### Materials provided
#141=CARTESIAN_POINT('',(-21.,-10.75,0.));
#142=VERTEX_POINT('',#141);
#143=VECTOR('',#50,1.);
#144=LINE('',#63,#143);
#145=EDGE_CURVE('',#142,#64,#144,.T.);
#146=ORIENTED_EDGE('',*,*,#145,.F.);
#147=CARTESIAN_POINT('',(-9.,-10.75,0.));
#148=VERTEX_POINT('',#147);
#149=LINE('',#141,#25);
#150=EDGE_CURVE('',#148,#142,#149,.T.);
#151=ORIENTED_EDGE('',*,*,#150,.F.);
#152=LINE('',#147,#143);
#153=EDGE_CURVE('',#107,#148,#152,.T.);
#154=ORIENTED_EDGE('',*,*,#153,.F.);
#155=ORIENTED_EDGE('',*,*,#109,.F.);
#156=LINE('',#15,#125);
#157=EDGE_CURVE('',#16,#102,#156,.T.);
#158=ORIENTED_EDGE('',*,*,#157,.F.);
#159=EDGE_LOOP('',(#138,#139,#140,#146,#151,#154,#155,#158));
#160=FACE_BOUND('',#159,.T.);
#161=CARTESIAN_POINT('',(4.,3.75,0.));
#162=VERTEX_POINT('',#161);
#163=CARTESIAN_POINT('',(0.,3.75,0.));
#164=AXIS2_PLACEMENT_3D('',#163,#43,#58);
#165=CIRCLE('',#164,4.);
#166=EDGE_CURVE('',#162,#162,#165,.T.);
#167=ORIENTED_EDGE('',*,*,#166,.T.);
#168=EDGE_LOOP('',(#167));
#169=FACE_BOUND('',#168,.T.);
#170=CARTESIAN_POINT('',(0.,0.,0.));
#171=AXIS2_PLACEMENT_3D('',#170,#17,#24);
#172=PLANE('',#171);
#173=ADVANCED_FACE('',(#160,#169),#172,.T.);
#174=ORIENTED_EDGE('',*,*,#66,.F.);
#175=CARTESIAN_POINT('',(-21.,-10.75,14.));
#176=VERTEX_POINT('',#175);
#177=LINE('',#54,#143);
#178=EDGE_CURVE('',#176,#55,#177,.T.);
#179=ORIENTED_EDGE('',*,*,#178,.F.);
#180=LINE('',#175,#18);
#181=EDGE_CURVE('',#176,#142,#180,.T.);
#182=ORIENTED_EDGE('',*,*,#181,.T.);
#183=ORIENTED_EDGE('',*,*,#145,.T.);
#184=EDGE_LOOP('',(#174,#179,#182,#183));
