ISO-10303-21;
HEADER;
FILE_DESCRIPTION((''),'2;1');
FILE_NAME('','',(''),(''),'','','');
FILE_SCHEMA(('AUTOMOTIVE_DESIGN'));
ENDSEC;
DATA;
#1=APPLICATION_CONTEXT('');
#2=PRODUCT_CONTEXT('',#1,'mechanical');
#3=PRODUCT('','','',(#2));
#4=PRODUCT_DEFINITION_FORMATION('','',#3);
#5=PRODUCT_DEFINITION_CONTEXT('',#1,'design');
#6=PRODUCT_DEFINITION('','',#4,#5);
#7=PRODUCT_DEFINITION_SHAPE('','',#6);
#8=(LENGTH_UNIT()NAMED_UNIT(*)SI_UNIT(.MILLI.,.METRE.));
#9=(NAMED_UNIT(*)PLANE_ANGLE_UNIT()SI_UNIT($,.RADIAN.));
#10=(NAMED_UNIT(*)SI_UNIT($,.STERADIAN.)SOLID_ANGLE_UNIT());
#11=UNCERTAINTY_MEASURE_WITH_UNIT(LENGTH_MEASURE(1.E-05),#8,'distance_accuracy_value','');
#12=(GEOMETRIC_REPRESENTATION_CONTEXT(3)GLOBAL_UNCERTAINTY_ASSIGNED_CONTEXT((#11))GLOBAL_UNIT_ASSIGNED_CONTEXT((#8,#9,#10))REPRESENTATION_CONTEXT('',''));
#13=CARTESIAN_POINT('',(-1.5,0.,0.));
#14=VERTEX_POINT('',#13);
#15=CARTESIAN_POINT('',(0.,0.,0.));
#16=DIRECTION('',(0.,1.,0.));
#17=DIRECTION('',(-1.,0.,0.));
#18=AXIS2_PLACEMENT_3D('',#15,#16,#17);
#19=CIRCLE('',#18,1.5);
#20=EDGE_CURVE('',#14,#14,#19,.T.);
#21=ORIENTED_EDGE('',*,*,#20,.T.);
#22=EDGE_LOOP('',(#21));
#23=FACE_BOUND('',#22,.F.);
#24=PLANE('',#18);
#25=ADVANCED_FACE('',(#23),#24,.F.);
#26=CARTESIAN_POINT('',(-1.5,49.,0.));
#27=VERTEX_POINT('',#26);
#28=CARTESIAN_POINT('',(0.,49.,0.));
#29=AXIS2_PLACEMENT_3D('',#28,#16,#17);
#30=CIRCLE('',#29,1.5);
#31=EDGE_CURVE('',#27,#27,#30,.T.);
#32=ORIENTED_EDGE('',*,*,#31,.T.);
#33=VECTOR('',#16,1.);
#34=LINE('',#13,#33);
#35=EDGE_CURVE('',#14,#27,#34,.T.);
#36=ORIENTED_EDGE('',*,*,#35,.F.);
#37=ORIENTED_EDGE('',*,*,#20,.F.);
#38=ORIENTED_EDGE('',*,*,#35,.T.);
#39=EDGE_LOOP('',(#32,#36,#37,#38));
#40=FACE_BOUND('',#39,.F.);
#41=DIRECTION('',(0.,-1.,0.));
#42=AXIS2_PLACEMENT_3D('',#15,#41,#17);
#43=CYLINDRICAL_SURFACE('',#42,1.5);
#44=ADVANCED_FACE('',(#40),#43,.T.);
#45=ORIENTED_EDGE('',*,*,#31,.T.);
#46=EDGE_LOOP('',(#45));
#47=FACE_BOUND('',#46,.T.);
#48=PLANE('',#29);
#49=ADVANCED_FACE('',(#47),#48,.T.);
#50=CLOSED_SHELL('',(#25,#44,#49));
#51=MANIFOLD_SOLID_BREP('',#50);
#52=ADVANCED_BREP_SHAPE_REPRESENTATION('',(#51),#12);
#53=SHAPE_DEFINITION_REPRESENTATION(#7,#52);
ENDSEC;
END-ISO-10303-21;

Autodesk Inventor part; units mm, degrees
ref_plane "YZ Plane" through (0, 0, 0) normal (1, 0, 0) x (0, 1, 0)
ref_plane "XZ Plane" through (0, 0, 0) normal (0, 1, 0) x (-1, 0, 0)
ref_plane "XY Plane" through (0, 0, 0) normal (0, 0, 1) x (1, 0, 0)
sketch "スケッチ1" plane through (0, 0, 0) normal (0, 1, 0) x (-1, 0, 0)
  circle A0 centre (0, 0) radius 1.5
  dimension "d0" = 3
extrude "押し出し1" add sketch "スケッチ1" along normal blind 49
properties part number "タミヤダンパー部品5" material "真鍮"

==

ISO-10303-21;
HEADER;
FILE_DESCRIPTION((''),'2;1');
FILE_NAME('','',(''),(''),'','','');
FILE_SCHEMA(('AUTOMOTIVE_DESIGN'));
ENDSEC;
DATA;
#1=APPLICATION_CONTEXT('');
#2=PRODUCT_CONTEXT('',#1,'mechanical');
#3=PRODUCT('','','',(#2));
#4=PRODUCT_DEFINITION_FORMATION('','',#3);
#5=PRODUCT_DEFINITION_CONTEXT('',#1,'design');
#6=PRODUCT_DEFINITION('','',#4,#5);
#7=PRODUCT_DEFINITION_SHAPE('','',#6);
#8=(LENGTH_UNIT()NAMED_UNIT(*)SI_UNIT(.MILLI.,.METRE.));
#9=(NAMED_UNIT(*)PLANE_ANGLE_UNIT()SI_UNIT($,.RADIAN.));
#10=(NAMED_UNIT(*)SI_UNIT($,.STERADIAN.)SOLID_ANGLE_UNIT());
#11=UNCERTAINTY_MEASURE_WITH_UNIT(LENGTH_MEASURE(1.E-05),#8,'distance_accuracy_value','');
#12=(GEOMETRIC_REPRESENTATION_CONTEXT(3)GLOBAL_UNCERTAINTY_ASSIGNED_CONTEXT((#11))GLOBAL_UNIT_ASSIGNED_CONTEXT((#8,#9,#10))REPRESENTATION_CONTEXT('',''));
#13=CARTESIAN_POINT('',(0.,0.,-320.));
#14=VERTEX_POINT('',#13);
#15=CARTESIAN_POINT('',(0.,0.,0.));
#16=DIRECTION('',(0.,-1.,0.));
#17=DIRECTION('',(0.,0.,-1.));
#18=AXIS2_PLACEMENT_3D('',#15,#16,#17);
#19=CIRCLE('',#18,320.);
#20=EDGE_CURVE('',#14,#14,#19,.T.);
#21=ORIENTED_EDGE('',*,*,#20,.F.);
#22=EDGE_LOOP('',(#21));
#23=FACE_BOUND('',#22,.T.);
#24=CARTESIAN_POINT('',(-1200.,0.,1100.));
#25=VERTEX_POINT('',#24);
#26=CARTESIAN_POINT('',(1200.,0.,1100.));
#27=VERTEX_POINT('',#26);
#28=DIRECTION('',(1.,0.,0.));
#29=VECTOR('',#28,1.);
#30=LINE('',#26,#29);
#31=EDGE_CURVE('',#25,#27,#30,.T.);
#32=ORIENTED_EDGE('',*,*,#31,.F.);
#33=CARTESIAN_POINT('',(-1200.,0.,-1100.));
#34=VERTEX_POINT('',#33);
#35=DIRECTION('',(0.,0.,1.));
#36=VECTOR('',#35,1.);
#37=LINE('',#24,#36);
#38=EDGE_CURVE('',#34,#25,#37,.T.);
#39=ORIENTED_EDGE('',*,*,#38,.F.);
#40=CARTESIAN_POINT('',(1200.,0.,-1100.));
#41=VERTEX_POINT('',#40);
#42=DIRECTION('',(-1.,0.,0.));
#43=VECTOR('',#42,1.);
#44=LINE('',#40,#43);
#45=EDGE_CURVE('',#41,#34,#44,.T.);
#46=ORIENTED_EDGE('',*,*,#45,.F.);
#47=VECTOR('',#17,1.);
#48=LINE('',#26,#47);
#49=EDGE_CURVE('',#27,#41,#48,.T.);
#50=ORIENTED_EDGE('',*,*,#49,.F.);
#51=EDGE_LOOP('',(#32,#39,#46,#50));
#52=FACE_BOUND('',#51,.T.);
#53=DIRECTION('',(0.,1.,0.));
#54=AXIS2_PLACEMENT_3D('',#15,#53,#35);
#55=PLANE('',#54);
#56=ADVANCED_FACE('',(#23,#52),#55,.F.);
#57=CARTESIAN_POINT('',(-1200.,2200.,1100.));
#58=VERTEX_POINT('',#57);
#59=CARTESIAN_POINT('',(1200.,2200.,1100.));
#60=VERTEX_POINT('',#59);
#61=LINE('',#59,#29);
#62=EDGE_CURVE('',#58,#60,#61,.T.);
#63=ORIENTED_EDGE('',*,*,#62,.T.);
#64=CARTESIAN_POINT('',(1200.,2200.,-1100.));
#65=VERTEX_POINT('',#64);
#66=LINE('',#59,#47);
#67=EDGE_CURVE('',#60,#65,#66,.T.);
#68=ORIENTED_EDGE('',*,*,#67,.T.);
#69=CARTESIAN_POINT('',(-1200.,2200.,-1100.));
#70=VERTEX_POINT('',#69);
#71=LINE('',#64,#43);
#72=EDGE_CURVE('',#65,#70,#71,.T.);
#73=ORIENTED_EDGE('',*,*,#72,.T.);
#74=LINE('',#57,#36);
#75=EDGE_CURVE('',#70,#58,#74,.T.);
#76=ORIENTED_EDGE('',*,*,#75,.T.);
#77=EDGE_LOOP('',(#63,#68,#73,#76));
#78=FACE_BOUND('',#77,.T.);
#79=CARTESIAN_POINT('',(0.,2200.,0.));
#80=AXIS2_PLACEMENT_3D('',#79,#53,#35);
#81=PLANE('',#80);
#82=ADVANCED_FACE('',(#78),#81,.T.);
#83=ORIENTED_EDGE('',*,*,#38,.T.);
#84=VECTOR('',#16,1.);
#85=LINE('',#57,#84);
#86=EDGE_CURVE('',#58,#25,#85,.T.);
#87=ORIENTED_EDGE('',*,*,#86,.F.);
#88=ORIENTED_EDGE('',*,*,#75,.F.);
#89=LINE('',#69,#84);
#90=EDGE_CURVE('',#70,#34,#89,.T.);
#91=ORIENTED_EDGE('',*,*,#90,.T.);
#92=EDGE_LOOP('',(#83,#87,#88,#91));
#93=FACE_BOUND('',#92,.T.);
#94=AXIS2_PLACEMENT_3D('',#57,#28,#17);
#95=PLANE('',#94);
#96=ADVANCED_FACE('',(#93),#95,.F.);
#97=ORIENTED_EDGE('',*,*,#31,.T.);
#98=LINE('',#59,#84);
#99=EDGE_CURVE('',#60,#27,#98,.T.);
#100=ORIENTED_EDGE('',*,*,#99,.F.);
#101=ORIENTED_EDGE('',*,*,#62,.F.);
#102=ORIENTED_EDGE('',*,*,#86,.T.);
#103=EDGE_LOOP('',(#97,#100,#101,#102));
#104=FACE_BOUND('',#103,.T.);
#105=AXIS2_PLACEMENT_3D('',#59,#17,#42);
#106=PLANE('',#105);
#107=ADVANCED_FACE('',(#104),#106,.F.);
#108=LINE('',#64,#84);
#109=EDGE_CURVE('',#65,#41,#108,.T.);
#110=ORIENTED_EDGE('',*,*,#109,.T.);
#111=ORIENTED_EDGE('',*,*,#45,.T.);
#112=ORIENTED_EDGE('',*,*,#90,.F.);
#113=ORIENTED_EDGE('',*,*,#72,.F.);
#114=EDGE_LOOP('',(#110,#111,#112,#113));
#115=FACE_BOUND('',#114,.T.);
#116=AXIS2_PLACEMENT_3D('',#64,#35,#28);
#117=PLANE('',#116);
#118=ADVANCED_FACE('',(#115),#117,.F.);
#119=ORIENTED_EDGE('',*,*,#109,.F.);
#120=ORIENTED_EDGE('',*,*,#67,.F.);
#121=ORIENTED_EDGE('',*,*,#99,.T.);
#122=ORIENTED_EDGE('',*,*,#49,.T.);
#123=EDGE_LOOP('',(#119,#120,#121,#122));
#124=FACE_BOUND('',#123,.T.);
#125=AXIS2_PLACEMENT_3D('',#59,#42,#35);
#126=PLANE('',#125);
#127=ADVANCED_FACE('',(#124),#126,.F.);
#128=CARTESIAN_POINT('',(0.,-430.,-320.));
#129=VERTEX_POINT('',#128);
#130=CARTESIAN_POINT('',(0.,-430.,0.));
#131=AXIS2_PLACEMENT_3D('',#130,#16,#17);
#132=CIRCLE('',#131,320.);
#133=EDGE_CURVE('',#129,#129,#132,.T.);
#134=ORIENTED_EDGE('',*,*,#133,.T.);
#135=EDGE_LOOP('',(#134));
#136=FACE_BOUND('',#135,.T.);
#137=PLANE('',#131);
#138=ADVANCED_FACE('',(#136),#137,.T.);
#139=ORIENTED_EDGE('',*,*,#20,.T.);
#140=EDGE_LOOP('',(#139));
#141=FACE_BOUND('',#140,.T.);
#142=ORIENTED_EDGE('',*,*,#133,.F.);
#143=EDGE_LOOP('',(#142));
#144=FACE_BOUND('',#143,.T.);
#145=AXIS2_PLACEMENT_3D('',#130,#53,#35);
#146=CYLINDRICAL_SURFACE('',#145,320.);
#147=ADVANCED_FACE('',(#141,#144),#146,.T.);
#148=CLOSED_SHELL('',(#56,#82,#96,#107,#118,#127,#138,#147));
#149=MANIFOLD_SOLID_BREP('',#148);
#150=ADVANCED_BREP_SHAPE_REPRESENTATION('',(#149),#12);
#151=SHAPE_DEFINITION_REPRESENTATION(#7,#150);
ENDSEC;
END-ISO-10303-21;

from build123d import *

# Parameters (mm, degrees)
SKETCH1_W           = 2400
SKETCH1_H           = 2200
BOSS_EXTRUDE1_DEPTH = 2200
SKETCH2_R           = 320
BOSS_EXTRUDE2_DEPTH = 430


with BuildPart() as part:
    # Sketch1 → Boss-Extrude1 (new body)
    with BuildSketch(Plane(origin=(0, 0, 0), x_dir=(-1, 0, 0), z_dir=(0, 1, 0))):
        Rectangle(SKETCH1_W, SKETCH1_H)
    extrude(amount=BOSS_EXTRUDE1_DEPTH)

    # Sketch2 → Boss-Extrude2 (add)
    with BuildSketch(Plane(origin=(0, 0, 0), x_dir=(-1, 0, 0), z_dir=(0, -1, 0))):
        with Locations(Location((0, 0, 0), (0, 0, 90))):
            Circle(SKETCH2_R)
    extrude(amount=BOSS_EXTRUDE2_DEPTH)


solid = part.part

--

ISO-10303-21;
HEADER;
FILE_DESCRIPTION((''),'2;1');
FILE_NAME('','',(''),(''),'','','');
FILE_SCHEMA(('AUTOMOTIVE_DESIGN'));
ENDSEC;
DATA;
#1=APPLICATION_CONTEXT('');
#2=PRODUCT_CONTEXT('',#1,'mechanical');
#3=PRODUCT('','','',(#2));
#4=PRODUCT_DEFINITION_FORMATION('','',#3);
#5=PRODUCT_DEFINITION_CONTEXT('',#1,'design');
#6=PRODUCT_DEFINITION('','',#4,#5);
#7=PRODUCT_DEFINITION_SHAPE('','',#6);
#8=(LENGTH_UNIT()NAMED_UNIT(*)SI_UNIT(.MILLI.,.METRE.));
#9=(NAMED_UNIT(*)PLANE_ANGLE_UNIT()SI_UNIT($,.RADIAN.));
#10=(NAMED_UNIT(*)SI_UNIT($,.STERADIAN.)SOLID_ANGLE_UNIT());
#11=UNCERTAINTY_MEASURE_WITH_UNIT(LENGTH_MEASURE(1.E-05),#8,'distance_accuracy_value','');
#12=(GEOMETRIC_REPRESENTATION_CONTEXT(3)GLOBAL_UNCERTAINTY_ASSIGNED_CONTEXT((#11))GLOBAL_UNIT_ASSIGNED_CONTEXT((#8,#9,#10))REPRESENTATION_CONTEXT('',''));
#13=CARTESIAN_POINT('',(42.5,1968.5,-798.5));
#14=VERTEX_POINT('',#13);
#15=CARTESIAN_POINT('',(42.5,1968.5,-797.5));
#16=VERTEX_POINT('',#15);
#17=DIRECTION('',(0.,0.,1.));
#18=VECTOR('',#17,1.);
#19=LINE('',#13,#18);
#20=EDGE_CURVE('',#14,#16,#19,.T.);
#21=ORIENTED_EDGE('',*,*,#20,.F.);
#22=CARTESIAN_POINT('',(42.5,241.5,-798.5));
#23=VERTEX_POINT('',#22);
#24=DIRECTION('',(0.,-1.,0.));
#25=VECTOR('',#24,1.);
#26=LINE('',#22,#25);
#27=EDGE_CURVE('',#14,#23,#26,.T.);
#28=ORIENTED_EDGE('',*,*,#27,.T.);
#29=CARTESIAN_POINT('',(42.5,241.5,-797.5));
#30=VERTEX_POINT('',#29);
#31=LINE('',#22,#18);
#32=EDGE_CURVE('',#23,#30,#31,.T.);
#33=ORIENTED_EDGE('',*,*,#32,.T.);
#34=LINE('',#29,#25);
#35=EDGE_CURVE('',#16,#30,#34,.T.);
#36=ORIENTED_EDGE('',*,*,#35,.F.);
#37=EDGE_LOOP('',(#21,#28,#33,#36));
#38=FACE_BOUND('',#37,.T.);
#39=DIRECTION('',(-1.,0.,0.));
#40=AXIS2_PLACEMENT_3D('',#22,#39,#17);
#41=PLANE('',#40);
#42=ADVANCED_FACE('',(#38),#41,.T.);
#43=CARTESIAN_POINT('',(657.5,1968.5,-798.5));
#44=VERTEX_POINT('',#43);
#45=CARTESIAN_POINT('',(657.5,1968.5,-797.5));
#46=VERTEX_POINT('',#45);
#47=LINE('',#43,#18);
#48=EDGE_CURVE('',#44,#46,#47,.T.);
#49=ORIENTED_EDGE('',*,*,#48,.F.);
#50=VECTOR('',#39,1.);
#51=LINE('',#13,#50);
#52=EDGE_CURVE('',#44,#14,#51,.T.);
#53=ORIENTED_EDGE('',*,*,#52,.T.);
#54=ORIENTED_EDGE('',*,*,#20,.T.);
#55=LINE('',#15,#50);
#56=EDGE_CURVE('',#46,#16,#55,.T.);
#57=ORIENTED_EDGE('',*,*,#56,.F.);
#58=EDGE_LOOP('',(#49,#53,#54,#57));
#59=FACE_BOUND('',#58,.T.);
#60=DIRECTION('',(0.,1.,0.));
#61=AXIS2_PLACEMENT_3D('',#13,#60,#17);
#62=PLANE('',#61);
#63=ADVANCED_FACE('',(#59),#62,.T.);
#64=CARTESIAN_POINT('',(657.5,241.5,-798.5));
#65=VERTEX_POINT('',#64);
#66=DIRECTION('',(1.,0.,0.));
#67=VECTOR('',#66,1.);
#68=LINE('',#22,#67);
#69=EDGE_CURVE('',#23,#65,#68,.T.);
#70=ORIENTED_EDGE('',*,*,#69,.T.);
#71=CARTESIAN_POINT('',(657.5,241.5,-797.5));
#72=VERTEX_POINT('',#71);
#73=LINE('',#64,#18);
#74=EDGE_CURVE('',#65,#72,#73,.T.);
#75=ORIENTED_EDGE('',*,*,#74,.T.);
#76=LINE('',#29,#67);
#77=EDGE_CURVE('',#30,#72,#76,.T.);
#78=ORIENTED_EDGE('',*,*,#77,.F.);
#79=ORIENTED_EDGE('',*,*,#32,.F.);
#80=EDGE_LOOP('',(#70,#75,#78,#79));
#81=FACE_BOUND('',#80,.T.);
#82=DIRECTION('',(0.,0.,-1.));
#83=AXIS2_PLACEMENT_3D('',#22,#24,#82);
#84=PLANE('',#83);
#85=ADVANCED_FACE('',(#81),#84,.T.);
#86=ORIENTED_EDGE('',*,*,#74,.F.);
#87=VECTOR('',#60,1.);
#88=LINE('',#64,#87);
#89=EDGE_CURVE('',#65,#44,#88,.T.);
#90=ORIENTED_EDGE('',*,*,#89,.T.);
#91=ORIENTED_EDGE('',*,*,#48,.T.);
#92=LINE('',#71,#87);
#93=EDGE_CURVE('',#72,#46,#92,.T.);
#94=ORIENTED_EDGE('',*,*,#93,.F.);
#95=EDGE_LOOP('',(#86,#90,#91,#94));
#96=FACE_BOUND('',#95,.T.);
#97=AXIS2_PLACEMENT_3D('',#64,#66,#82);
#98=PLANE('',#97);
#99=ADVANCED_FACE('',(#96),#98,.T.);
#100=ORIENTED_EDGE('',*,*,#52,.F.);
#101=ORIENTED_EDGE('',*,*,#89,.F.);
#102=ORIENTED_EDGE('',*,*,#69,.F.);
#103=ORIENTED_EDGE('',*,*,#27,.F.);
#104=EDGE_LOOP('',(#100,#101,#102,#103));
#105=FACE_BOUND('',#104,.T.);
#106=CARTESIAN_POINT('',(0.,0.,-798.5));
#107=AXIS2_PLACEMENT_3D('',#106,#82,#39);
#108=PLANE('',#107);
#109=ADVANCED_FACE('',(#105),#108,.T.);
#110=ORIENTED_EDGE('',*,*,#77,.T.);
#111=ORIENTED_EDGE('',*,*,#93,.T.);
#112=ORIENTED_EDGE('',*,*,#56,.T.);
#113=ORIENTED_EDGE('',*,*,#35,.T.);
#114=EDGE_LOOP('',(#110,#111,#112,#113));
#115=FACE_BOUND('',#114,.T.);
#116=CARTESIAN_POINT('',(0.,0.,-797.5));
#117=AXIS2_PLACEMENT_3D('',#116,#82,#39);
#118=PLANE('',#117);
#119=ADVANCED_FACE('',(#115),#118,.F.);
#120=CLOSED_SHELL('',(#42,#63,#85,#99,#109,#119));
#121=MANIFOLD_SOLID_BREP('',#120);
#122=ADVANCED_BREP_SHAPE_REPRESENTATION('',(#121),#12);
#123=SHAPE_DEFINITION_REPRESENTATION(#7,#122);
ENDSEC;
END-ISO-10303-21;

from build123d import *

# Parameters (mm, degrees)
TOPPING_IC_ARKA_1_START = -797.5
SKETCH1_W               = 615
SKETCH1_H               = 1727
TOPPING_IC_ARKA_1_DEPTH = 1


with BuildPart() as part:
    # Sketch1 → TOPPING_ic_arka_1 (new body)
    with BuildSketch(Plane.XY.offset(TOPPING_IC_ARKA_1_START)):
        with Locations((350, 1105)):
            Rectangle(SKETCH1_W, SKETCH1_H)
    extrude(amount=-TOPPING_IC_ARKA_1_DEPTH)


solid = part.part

### Task
For the records above, state how many lines contain "VECTOR". Add nothing to the number.

### Response to the task
12